Erdbeeren, Kirschen, Aprikosen – die Auslage in den Supermärkten ist derzeit mehr als verlockend: Dass die Schweizer Früchte in den hiesigen Läden landen, haben wir grösstenteils ausländischen Erntehelfern zu verdanken. Ihre Erfahrungen sind höchst unterschiedlich.

Ungefähr 30'000 saisonale Arbeitskräfte verpflichten die Schweizer Bauernbetriebe jedes Jahr. Ein Grossteil dieser Erntehelfer kommt aus Osteuropa. Dass die Arbeit hart ist, wissen die Männer und Frauen. Doch ihnen gemeinsam ist die Hoffnung, hier in wenigen Wochen wesentlich mehr Geld zu verdienen als das in ihrem Heimatland möglich wäre.

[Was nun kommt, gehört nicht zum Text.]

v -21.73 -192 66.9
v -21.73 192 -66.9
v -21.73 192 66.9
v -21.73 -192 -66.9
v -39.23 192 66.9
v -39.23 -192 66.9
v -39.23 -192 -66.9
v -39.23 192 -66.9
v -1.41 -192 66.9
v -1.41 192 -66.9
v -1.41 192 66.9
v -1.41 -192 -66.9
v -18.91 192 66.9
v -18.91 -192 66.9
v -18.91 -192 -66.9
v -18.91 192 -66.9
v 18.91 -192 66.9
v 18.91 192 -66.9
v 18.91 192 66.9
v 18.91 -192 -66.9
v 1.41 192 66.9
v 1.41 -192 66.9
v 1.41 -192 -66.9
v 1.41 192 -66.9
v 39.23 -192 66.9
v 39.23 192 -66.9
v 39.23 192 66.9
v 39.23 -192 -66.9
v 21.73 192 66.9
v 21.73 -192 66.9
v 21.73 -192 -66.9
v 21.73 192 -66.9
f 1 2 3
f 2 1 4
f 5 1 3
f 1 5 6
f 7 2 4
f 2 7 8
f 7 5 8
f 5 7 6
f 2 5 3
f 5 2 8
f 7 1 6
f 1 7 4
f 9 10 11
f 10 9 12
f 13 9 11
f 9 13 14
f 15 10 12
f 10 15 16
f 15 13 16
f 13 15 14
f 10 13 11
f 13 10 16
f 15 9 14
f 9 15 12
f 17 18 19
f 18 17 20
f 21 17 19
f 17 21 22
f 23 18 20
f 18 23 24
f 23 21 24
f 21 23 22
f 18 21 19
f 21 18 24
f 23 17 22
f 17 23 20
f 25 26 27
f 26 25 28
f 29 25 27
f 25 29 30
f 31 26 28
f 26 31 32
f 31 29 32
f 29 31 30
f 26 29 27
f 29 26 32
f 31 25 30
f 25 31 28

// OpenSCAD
// ============================================================================
// Atom Lithography Machine — Parametric OpenSCAD Module (S7.2-01)
// ============================================================================
// part_id           : S7.2-01
// parent_bom_id     : S7.2
// subsystem         : S7
// part_name         : Cok-kanalli keyfi dalga formu uretici (AWG) kartlari (GRAPE XY/ENDOR)
// material          : Rogers
// temp_stage        : 300 K (kabin)
// vacuum_grade      : Atmosfer
// tolerance         : 16-bit, <10 ps
// computed_mass_kg  : 3.20000
// envelope_mm       : 78.460 x 393.200 x 133.800
// design_maturity   : M0_M1_DETAILED_CAD_DESIGN_ONLY
// no_lab_measurement: true
// iec61508_certified: false
// semi_s2_certified : false
// Units: millimeters (mm)
// ============================================================================

$fn = 64;

// Nominal bounding envelope parameters (mm)
bbox_x = 78.4600;
bbox_y = 393.2000;
bbox_z = 133.8000;

// Part-specific parametric dimensions
n_cards = 4;
slot_pitch_mm = 20.32;
card_depth_mm = 380.0;

// Interface / port parameters (mm)

module part_S7_2_01() {
  union() {
    // PXIe slot 2 card module
    translate([-30.480, 0.000, 0.000]) cube([17.500, 384.000, 133.800], center=true);
    // PXIe slot 3 card module
    translate([-10.160, 0.000, 0.000]) cube([17.500, 384.000, 133.800], center=true);
    // PXIe slot 4 card module
    translate([10.160, 0.000, 0.000]) cube([17.500, 384.000, 133.800], center=true);
    // PXIe slot 5 card module
    translate([30.480, 0.000, 0.000]) cube([17.500, 384.000, 133.800], center=true);
  }
}

// World assembly mounting transform (global machine frame, mm / deg):
// translate([1378.400, -242.400, 578.950]) rotate([0.000, 0.000, 0.000]) part_S7_2_01();

part_S7_2_01();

So wie der Tscheche Milan, der vor 12 Jahren als Student durch die Schweiz reiste und seither jeden Sommer zu einem Bauern ins Wallis zurückkehrt. Der Anfang sei hart gewesen, sagt Milan. Für elf Franken pro Stunde habe er täglich zehn bis elf Stunden gearbeitet. Bei einem Ferienjob in Tschechien hätte er allerdings gerade mal zwei Franken stündlich bekommen. Seine Einsätze in der Schweiz ermöglichten ihm denn auch, im Winter seiner eigentlichen Leidenschaft – dem Eisklettern – zu frönen und diesen Sport professionell auszuüben.

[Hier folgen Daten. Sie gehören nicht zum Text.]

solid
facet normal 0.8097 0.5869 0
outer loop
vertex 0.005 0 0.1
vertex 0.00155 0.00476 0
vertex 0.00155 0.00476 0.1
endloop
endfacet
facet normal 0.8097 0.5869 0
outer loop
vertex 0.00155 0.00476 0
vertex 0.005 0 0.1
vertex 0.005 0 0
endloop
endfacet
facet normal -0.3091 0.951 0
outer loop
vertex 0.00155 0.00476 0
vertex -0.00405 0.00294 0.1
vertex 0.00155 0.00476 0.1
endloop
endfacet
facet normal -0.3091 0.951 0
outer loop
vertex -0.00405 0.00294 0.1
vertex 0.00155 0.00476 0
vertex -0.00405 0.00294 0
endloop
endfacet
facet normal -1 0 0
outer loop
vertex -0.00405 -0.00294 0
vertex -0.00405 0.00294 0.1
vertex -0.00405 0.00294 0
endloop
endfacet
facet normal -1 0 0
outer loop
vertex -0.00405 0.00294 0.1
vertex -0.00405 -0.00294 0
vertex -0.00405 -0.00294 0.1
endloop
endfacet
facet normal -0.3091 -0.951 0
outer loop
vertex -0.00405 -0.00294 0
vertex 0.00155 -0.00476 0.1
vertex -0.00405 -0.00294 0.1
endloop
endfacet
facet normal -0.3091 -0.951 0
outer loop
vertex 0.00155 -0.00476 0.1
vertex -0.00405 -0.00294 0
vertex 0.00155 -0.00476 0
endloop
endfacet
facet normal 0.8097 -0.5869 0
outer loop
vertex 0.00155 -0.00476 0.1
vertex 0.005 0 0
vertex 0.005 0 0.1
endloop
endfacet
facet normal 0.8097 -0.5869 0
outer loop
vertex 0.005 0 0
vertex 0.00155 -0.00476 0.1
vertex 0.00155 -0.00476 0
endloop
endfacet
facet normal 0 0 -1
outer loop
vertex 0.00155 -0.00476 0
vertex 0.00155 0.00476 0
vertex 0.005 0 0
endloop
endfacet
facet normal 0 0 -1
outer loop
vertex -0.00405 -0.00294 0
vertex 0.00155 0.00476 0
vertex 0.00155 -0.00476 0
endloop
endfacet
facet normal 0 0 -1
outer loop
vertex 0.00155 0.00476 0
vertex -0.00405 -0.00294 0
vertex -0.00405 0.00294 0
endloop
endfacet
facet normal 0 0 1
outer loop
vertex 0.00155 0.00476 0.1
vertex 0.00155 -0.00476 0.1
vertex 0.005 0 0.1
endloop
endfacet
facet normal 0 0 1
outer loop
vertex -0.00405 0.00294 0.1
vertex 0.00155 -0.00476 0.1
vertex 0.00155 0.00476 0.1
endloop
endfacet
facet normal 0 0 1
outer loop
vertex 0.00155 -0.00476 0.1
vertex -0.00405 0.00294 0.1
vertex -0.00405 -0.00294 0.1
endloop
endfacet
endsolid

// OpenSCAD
module rung(thickness=0.01, width=0.1, depth=0.1) {

cylinder(h=depth, d=thickness);
}
rung();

«Kriegte 35 Franken Lohn pro Tag»

Ernüchternd klingt hingegen der Bericht von Irena, einer jungen Frau aus dem Osten Tschechiens. Sie und ihr Freund landeten vor wenigen Wochen bei einem Erdbeerbauern in der Nähe des Bodensees. Furchtbar sei es gewesen. Um halb 6 Uhr morgens seien sie jeweils auf dem Feld gestanden und dann gleich angeschrien worden. Nach einer knappen Woche brachen beide den Einsatz ab. Für die vier Arbeitstage erhielt das Paar insgesamt 280 Franken ausbezahlt. Pro Person und Tag sind das gerade mal 35 Franken – wesentlich weniger als vereinbart. Als sie sich wehrten, habe der Landwirt mit seinem Anwalt gedroht.

Wenn jemand zu den Bedingungen nicht arbeiten will, steht morgen jemand anderer da und nimmt die Stelle mit Handkuss
Autor: MilanErntehelfer aus Tschechien

Auch Milan weiss von ähnlichen Fällen. Doch: «Wenn jemand zu den Bedingungen nicht arbeiten will, steht morgen jemand anderer da und nimmt die Stelle mit Handkuss», sagt er.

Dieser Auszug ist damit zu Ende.